Records excerpted from a collection
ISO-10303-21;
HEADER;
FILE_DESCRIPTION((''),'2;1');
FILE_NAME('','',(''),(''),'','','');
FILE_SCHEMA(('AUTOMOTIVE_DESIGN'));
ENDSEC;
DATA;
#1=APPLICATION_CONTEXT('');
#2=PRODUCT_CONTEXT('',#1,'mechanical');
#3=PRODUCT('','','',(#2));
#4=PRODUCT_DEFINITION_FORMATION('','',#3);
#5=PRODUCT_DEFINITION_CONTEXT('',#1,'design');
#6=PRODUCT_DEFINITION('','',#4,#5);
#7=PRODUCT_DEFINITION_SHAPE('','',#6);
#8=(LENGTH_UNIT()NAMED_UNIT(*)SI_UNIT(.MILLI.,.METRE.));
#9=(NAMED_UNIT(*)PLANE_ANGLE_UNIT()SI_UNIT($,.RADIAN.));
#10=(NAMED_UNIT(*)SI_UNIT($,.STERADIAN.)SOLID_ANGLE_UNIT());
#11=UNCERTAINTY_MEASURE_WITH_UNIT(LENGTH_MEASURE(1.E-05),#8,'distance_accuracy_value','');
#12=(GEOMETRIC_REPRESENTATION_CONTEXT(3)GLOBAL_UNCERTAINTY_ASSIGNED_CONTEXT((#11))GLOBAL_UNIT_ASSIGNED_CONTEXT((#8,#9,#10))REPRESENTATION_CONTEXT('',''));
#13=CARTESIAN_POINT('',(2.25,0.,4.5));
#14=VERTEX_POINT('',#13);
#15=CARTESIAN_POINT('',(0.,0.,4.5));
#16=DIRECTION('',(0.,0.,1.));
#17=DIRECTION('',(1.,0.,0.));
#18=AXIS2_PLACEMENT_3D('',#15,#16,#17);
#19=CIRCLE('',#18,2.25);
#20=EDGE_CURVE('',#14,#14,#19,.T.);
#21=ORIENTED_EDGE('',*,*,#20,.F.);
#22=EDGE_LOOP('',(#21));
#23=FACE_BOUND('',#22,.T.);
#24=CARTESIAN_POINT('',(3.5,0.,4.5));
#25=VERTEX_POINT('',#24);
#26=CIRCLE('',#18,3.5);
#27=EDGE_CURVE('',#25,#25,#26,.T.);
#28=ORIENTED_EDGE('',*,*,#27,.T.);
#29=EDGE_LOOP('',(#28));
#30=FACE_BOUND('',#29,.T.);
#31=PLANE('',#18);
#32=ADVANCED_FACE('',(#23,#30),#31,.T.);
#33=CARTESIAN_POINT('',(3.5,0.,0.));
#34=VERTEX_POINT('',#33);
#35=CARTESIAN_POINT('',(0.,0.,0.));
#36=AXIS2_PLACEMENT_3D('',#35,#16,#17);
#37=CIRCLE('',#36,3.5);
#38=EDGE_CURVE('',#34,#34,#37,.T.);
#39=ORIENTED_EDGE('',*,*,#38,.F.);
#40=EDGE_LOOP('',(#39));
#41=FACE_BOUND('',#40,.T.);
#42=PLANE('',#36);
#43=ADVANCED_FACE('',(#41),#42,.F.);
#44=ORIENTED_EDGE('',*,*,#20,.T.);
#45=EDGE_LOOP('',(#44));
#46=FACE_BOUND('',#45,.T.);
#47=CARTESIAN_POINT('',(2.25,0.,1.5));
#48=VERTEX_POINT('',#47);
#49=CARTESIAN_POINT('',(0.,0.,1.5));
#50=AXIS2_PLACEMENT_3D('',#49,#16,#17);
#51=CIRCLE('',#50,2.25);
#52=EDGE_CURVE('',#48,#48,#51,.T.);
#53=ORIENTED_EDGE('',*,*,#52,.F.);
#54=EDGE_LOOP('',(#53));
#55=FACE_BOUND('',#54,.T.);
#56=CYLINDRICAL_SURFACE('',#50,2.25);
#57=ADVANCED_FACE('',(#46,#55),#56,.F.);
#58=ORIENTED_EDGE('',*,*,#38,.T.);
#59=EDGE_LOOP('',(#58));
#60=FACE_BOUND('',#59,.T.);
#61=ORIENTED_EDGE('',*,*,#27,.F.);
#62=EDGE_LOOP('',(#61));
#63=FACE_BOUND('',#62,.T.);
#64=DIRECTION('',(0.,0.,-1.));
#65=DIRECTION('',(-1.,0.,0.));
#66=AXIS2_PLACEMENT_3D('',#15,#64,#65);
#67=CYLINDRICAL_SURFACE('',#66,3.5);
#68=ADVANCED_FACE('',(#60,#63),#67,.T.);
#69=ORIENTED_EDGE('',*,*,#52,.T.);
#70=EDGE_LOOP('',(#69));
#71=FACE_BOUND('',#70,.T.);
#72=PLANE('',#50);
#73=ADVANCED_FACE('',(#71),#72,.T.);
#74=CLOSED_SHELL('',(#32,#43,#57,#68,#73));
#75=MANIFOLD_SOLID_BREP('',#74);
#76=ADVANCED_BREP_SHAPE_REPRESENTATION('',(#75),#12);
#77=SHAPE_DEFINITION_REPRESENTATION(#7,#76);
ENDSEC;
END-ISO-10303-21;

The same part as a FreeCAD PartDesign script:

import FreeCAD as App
import Part
import Sketcher
Q = App.Units.Quantity

doc = App.newDocument("Part")
body = doc.addObject("PartDesign::Body", "Body")

# Sketch on XY plane
sketch1 = body.newObject("Sketcher::SketchObject", "Sketch")
sketch1.AttachmentSupport = (doc.getObject("XY_Plane"), [""])
sketch1.MapMode = "FlatFace"
sketch1.addGeometry(Part.Circle(App.Vector(0, 0, 0), App.Vector(0, 0, 1), 3.5), False)
sketch1.addConstraint([
    Sketcher.Constraint("Coincident", 0, 3, -1, 1),
    Sketcher.Constraint("Diameter", 0, Q("7 mm")),
])
pad1 = body.newObject("PartDesign::Pad", "Pad")
pad1.Profile = sketch1
pad1.Length = 4.5

# Sketch on XY plane
sketch2 = body.newObject("Sketcher::SketchObject", "Sketch001")
sketch2.AttachmentSupport = (doc.getObject("XY_Plane"), [""])
sketch2.MapMode = "FlatFace"
sketch2.AttachmentOffset = App.Placement(App.Vector(0, 0, 4.5), App.Rotation())
sketch2.addGeometry(Part.Circle(App.Vector(0, 0, 0), App.Vector(0, 0, 1), 2.2), False)
sketch2.addConstraint([
    Sketcher.Constraint("Coincident", 0, 3, -1, 1),
    Sketcher.Constraint("Diameter", 0, Q("4.5 mm")),
])
pocket1 = body.newObject("PartDesign::Pocket", "Pocket")
pocket1.Profile = sketch2
pocket1.Length = 3

doc.recompute()
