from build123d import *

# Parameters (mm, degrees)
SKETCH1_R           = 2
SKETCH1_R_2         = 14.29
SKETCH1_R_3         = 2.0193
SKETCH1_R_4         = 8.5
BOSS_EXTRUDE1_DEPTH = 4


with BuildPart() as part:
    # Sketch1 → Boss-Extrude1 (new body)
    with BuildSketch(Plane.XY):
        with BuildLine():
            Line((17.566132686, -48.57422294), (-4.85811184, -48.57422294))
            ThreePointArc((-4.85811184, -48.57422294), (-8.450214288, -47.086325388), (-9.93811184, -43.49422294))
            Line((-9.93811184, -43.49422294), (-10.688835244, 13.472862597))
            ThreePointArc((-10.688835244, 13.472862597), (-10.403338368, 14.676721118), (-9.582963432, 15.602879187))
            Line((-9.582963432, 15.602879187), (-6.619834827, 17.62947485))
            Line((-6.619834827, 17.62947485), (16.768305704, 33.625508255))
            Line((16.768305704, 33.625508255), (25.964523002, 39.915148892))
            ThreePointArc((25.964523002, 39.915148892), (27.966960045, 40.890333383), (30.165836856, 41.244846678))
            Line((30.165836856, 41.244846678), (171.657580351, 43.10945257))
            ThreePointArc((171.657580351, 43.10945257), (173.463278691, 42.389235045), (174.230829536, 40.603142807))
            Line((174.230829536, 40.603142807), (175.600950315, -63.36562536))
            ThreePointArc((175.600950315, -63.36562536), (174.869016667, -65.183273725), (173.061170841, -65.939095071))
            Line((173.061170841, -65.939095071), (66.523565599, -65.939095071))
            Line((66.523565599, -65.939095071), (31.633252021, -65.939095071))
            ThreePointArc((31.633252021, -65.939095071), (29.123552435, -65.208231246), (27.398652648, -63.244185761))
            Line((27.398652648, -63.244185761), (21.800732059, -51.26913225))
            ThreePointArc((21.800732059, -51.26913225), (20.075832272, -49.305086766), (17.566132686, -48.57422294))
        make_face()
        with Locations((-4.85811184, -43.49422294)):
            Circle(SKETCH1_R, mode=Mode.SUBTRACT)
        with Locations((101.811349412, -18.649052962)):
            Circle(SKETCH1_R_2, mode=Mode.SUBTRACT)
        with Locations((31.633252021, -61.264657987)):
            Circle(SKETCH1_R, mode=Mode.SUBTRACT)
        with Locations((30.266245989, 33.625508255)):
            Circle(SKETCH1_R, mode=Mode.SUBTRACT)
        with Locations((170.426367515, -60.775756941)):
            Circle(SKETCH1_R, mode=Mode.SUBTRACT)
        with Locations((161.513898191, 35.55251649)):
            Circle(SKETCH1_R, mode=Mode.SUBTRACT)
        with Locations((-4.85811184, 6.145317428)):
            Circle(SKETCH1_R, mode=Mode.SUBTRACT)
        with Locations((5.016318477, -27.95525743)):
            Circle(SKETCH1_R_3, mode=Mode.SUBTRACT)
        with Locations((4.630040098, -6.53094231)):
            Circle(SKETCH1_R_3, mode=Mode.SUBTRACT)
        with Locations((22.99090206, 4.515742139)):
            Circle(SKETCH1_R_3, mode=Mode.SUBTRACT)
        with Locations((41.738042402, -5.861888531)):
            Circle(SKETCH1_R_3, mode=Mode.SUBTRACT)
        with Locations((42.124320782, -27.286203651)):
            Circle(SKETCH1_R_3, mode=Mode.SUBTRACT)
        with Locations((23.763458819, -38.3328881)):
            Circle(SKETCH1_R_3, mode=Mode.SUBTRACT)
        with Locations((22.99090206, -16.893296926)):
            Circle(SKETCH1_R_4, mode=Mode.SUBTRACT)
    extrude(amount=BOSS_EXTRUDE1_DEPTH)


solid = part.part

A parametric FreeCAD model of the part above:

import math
import FreeCAD as App
import Part
import Sketcher
Q = App.Units.Quantity

doc = App.newDocument("Part")
body = doc.addObject("PartDesign::Body", "Body")

# Sketch on XY plane
sketch1 = body.newObject("Sketcher::SketchObject", "Sketch")
sketch1.AttachmentSupport = (doc.getObject("XY_Plane"), [""])
sketch1.MapMode = "FlatFace"
sketch1.addGeometry(Part.LineSegment(App.Vector(-4.858112, -48.574223, 0), App.Vector(17.566133, -48.574223, 0)), False)
sketch1.addGeometry(Part.ArcOfCircle(Part.Circle(App.Vector(17.566133, -53.24866, 0), App.Vector(0, 0, 1), 4.674437), math.radians(25.054452), math.radians(90)), False)
sketch1.addGeometry(Part.LineSegment(App.Vector(21.800732, -51.269132, 0), App.Vector(27.398653, -63.244186, 0)), False)
sketch1.addGeometry(Part.ArcOfCircle(Part.Circle(App.Vector(31.633252, -61.264658, 0), App.Vector(0, 0, 1), 4.674437), math.radians(-154.945548), math.radians(-90)), False)
sketch1.addGeometry(Part.LineSegment(App.Vector(31.633252, -65.939095, 0), App.Vector(173.061171, -65.939095, 0)), False)
sketch1.addGeometry(Part.ArcOfCircle(Part.Circle(App.Vector(173.061171, -63.399095, 0), App.Vector(0, 0, 1), 2.54), math.radians(-90), math.radians(0.755011)), False)
sketch1.addGeometry(Part.LineSegment(App.Vector(175.60095, -63.365625, 0), App.Vector(174.23083, 40.603143, 0)), False)
sketch1.addGeometry(Part.ArcOfCircle(Part.Circle(App.Vector(171.69105, 40.569673, 0), App.Vector(0, 0, 1), 2.54), math.radians(0.755011), math.radians(90.755011)), False)
sketch1.addGeometry(Part.LineSegment(App.Vector(171.65758, 43.109453, 0), App.Vector(30.165837, 41.244847, 0)), False)
sketch1.addGeometry(Part.ArcOfCircle(Part.Circle(App.Vector(30.266246, 33.625508, 0), App.Vector(0, 0, 1), 7.62), math.radians(90.755011), math.radians(124.3697)), False)
sketch1.addGeometry(Part.LineSegment(App.Vector(25.964523, 39.915149, 0), App.Vector(16.768306, 33.625508, 0)), False)
sketch1.addGeometry(Part.LineSegment(App.Vector(16.768306, 33.625508, 0), App.Vector(-6.619835, 17.629475, 0)), False)
sketch1.addGeometry(Part.LineSegment(App.Vector(-6.619835, 17.629475, 0), App.Vector(-9.582963, 15.602879, 0)), False)
sketch1.addGeometry(Part.ArcOfCircle(Part.Circle(App.Vector(-8.149056, 13.506332, 0), App.Vector(0, 0, 1), 2.54), math.radians(124.3697), math.radians(180.755011)), False)
sketch1.addGeometry(Part.LineSegment(App.Vector(-10.688835, 13.472863, 0), App.Vector(-9.938112, -43.494223, 0)), False)
sketch1.addGeometry(Part.ArcOfCircle(Part.Circle(App.Vector(-4.858112, -43.494223, 0), App.Vector(0, 0, 1), 5.08), math.radians(-180), math.radians(-90)), False)
sketch1.addGeometry(Part.Circle(App.Vector(170.426368, -60.775757, 0), App.Vector(0, 0, 1), 2), False)
sketch1.addGeometry(Part.Circle(App.Vector(101.811349, -18.649053, 0), App.Vector(0, 0, 1), 14.29), False)
sketch1.addGeometry(Part.Circle(App.Vector(31.633252, -61.264658, 0), App.Vector(0, 0, 1), 2), False)
sketch1.addGeometry(Part.Circle(App.Vector(23.763459, -38.332888, 0), App.Vector(0, 0, 1), 2.0193), False)
sketch1.addGeometry(Part.Circle(App.Vector(-4.858112, -43.494223, 0), App.Vector(0, 0, 1), 2), False)
sketch1.addGeometry(Part.Circle(App.Vector(42.124321, -27.286204, 0), App.Vector(0, 0, 1), 2.0193), False)
sketch1.addGeometry(Part.Circle(App.Vector(5.016318, -27.955257, 0), App.Vector(0, 0, 1), 2.0193), False)
sketch1.addGeometry(Part.Circle(App.Vector(22.990902, -16.893297, 0), App.Vector(0, 0, 1), 8.5), False)
sketch1.addGeometry(Part.Circle(App.Vector(161.513898, 35.552516, 0), App.Vector(0, 0, 1), 2), False)
sketch1.addGeometry(Part.Circle(App.Vector(41.738042, -5.861889, 0), App.Vector(0, 0, 1), 2.0193), False)
sketch1.addGeometry(Part.Circle(App.Vector(4.63004, -6.530942, 0), App.Vector(0, 0, 1), 2.0193), False)
sketch1.addGeometry(Part.Circle(App.Vector(22.990902, 4.515742, 0), App.Vector(0, 0, 1), 2.0193), False)
sketch1.addGeometry(Part.Circle(App.Vector(-4.858112, 6.145317, 0), App.Vector(0, 0, 1), 2), False)
sketch1.addGeometry(Part.Circle(App.Vector(30.266246, 33.625508, 0), App.Vector(0, 0, 1), 2), False)
sketch1.addConstraint(Sketcher.Constraint("Tangent", 0, 2, 1, 2))
sketch1.addConstraint(Sketcher.Constraint("Tangent", 1, 1, 2, 1))
sketch1.addConstraint(Sketcher.Constraint("Tangent", 2, 2, 3, 1))
sketch1.addConstraint(Sketcher.Constraint("Tangent", 3, 2, 4, 1))
sketch1.addConstraint(Sketcher.Constraint("Tangent", 4, 2, 5, 1))
sketch1.addConstraint(Sketcher.Constraint("Tangent", 5, 2, 6, 1))
sketch1.addConstraint(Sketcher.Constraint("Tangent", 6, 2, 7, 1))
sketch1.addConstraint(Sketcher.Constraint("Tangent", 7, 2, 8, 1))
sketch1.addConstraint(Sketcher.Constraint("Tangent", 8, 2, 9, 1))
sketch1.addConstraint(Sketcher.Constraint("Tangent", 9, 2, 10, 1))
sketch1.addConstraint(Sketcher.Constraint("Coincident", 10, 2, 11, 1))
sketch1.addConstraint(Sketcher.Constraint("Coincident", 11, 2, 12, 1))
sketch1.addConstraint(Sketcher.Constraint("Tangent", 12, 2, 13, 1))
sketch1.addConstraint(Sketcher.Constraint("Tangent", 13, 2, 14, 1))
sketch1.addConstraint(Sketcher.Constraint("Coincident", 14, 2, 15, 1))
sketch1.addConstraint(Sketcher.Constraint("Tangent", 15, 2, 0, 1))
sketch1.addConstraint(Sketcher.Constraint("Horizontal", 0))
sketch1.addConstraint(Sketcher.Constraint("Horizontal", 4))
sketch1.addConstraint(Sketcher.Constraint("Coincident", 18, 3, 3, 3))
sketch1.addConstraint(Sketcher.Constraint("Coincident", 20, 3, 15, 3))
sketch1.addConstraint(Sketcher.Constraint("Coincident", 29, 3, 9, 3))
sketch1.addConstraint(Sketcher.Constraint("Equal", 1, 3))
sketch1.addConstraint(Sketcher.Constraint("Equal", 5, 7))
sketch1.addConstraint(Sketcher.Constraint("Equal", 7, 13))
sketch1.addConstraint(Sketcher.Constraint("Equal", 16, 18))
sketch1.addConstraint(Sketcher.Constraint("Equal", 18, 20))
sketch1.addConstraint(Sketcher.Constraint("Equal", 19, 21))
sketch1.addConstraint(Sketcher.Constraint("Equal", 21, 22))
sketch1.addConstraint(Sketcher.Constraint("Equal", 20, 24))
sketch1.addConstraint(Sketcher.Constraint("Equal", 22, 25))
sketch1.addConstraint(Sketcher.Constraint("Equal", 25, 26))
sketch1.addConstraint(Sketcher.Constraint("Equal", 26, 27))
sketch1.addConstraint(Sketcher.Constraint("Equal", 24, 28))
sketch1.addConstraint(Sketcher.Constraint("Equal", 28, 29))
sketch1.addConstraint(Sketcher.Constraint("Perpendicular", 6, 8))
sketch1.addConstraint(Sketcher.Constraint("Parallel", 10, 11))
sketch1.addConstraint(Sketcher.Constraint("Parallel", 11, 12))
sketch1.addConstraint(Sketcher.Constraint("Perpendicular", 8, 14))
sketch1.addConstraint(Sketcher.Constraint("Horizontal", 29, 3, 10, 2))
sketch1.addConstraint(Sketcher.Constraint("Horizontal", 20, 3, 14, 2))
sketch1.addConstraint(Sketcher.Constraint("Vertical", 23, 3, 27, 3))
sketch1.addConstraint(Sketcher.Constraint("Vertical", 20, 3, 28, 3))
sketch1.addConstraint(Sketcher.Constraint("Radius", 5, Q("0.1 in")))
sketch1.addConstraint(Sketcher.Constraint("Radius", 9, Q("0.3 in")))
sketch1.addConstraint(Sketcher.Constraint("Radius", 15, Q("0.2 in")))
sketch1.addConstraint(Sketcher.Constraint("Diameter", 19, Q("0.159 in")))
sketch1.addConstraint(Sketcher.Constraint("Diameter", 16, 4.0))
sketch1.addConstraint(Sketcher.Constraint("Diameter", 17, 28.58))
sketch1.addConstraint(Sketcher.Constraint("Diameter", 23, 17.0))
sketch1.addConstraint(Sketcher.Constraint("Radius", 1, 4.674437))
sketch1.addConstraint(Sketcher.Constraint("DistanceX", 4, 1, 4, 2, 141.427919))
sketch1.addConstraint(Sketcher.Constraint("DistanceX", -1, 1, 24, 3, 161.513898))
sketch1.addConstraint(Sketcher.Constraint("DistanceX", 3, 3, 7, 3, 140.057798))
sketch1.addConstraint(Sketcher.Constraint("DistanceX", 13, 3, 9, 3, 38.415302))
sketch1.addConstraint(Sketcher.Constraint("DistanceY", 3, 3, 16, 3, 0.488901))
sketch1.addConstraint(Sketcher.Constraint("DistanceY", 19, 3, 25, 3, 32.471))
sketch1.addConstraint(Sketcher.Constraint("DistanceX", 1, 3, 1, 1, 4.234599))
sketch1.addConstraint(Sketcher.Constraint("DistanceX", 17, 3, 5, 2, 73.789601))
sketch1.addConstraint(Sketcher.Constraint("DistanceY", 16, 3, 6, 2, 101.3789))
sketch1.addConstraint(Sketcher.Constraint("DistanceX", 13, 2, 11, 2, 4.069))
sketch1.addConstraint(Sketcher.Constraint("Distance", 8, 141.504029))
sketch1.addConstraint(Sketcher.Constraint("Distance", 14, 56.972032))
sketch1.addConstraint(Sketcher.Constraint("DistanceX", 0, 1, 0, 2, 22.424245))
sketch1.addConstraint(Sketcher.Constraint("DistanceY", 1, 3, -1, 1, 53.24866))
sketch1.addConstraint(Sketcher.Constraint("DistanceX", -1, 1, 5, 3, 173.061171))
sketch1.addConstraint(Sketcher.Constraint("DistanceX", -1, 1, 19, 3, 23.763459))
sketch1.addConstraint(Sketcher.Constraint("DistanceY", 19, 3, -1, 1, 38.332888))
sketch1.addConstraint(Sketcher.Constraint("DistanceX", -1, 1, 21, 3, 42.124321))
sketch1.addConstraint(Sketcher.Constraint("DistanceX", -1, 1, 22, 3, 5.016318))
sketch1.addConstraint(Sketcher.Constraint("DistanceX", -1, 1, 26, 3, 4.63004))
sketch1.addConstraint(Sketcher.Constraint("DistanceX", 9, 3, 16, 3, 140.160122))
sketch1.addConstraint(Sketcher.Constraint("DistanceY", 17, 3, 9, 3, 52.274561))
sketch1.addConstraint(Sketcher.Constraint("DistanceY", 15, 3, 21, 3, 16.208019))
sketch1.addConstraint(Sketcher.Constraint("DistanceY", 19, 3, 22, 3, 10.377631))
sketch1.addConstraint(Sketcher.Constraint("DistanceY", 22, 3, 23, 3, 11.061961))
sketch1.addConstraint(Sketcher.Constraint("DistanceX", 23, 3, 21, 3, 19.133419))
sketch1.addConstraint(Sketcher.Constraint("DistanceY", 17, 3, 24, 3, 54.201569))
sketch1.addConstraint(Sketcher.Constraint("DistanceX", 25, 3, 21, 3, 0.386278))
sketch1.addConstraint(Sketcher.Constraint("DistanceY", 23, 3, 27, 3, 21.409039))
sketch1.addConstraint(Sketcher.Constraint("DistanceY", 26, 3, 28, 3, 12.67626))
sketch1.addConstraint(Sketcher.Constraint("DistanceY", 28, 3, 29, 3, 27.480191))
pad1 = body.newObject("PartDesign::Pad", "Pad")
pad1.Profile = sketch1
pad1.Length = 4

doc.recompute()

## Work task
Your task is to retype the entries verbatim, starting with the line that holds "FILE_DESCRIPTION((''),'2;1');" and stopping after the line that holds "#15=CARTESIAN_POINT('',(0.,0.,4.5));".

## Completed task
FILE_DESCRIPTION((''),'2;1');
FILE_NAME('','',(''),(''),'','','');
FILE_SCHEMA(('AUTOMOTIVE_DESIGN'));
ENDSEC;
DATA;
#1=APPLICATION_CONTEXT('');
#2=PRODUCT_CONTEXT('',#1,'mechanical');
#3=PRODUCT('','','',(#2));
#4=PRODUCT_DEFINITION_FORMATION('','',#3);
#5=PRODUCT_DEFINITION_CONTEXT('',#1,'design');
#6=PRODUCT_DEFINITION('','',#4,#5);
#7=PRODUCT_DEFINITION_SHAPE('','',#6);
#8=(LENGTH_UNIT()NAMED_UNIT(*)SI_UNIT(.MILLI.,.METRE.));
#9=(NAMED_UNIT(*)PLANE_ANGLE_UNIT()SI_UNIT($,.RADIAN.));
#10=(NAMED_UNIT(*)SI_UNIT($,.STERADIAN.)SOLID_ANGLE_UNIT());
#11=UNCERTAINTY_MEASURE_WITH_UNIT(LENGTH_MEASURE(1.E-05),#8,'distance_accuracy_value','');
#12=(GEOMETRIC_REPRESENTATION_CONTEXT(3)GLOBAL_UNCERTAINTY_ASSIGNED_CONTEXT((#11))GLOBAL_UNIT_ASSIGNED_CONTEXT((#8,#9,#10))REPRESENTATION_CONTEXT('',''));
#13=CARTESIAN_POINT('',(2.25,0.,4.5));
#14=VERTEX_POINT('',#13);
#15=CARTESIAN_POINT('',(0.,0.,4.5));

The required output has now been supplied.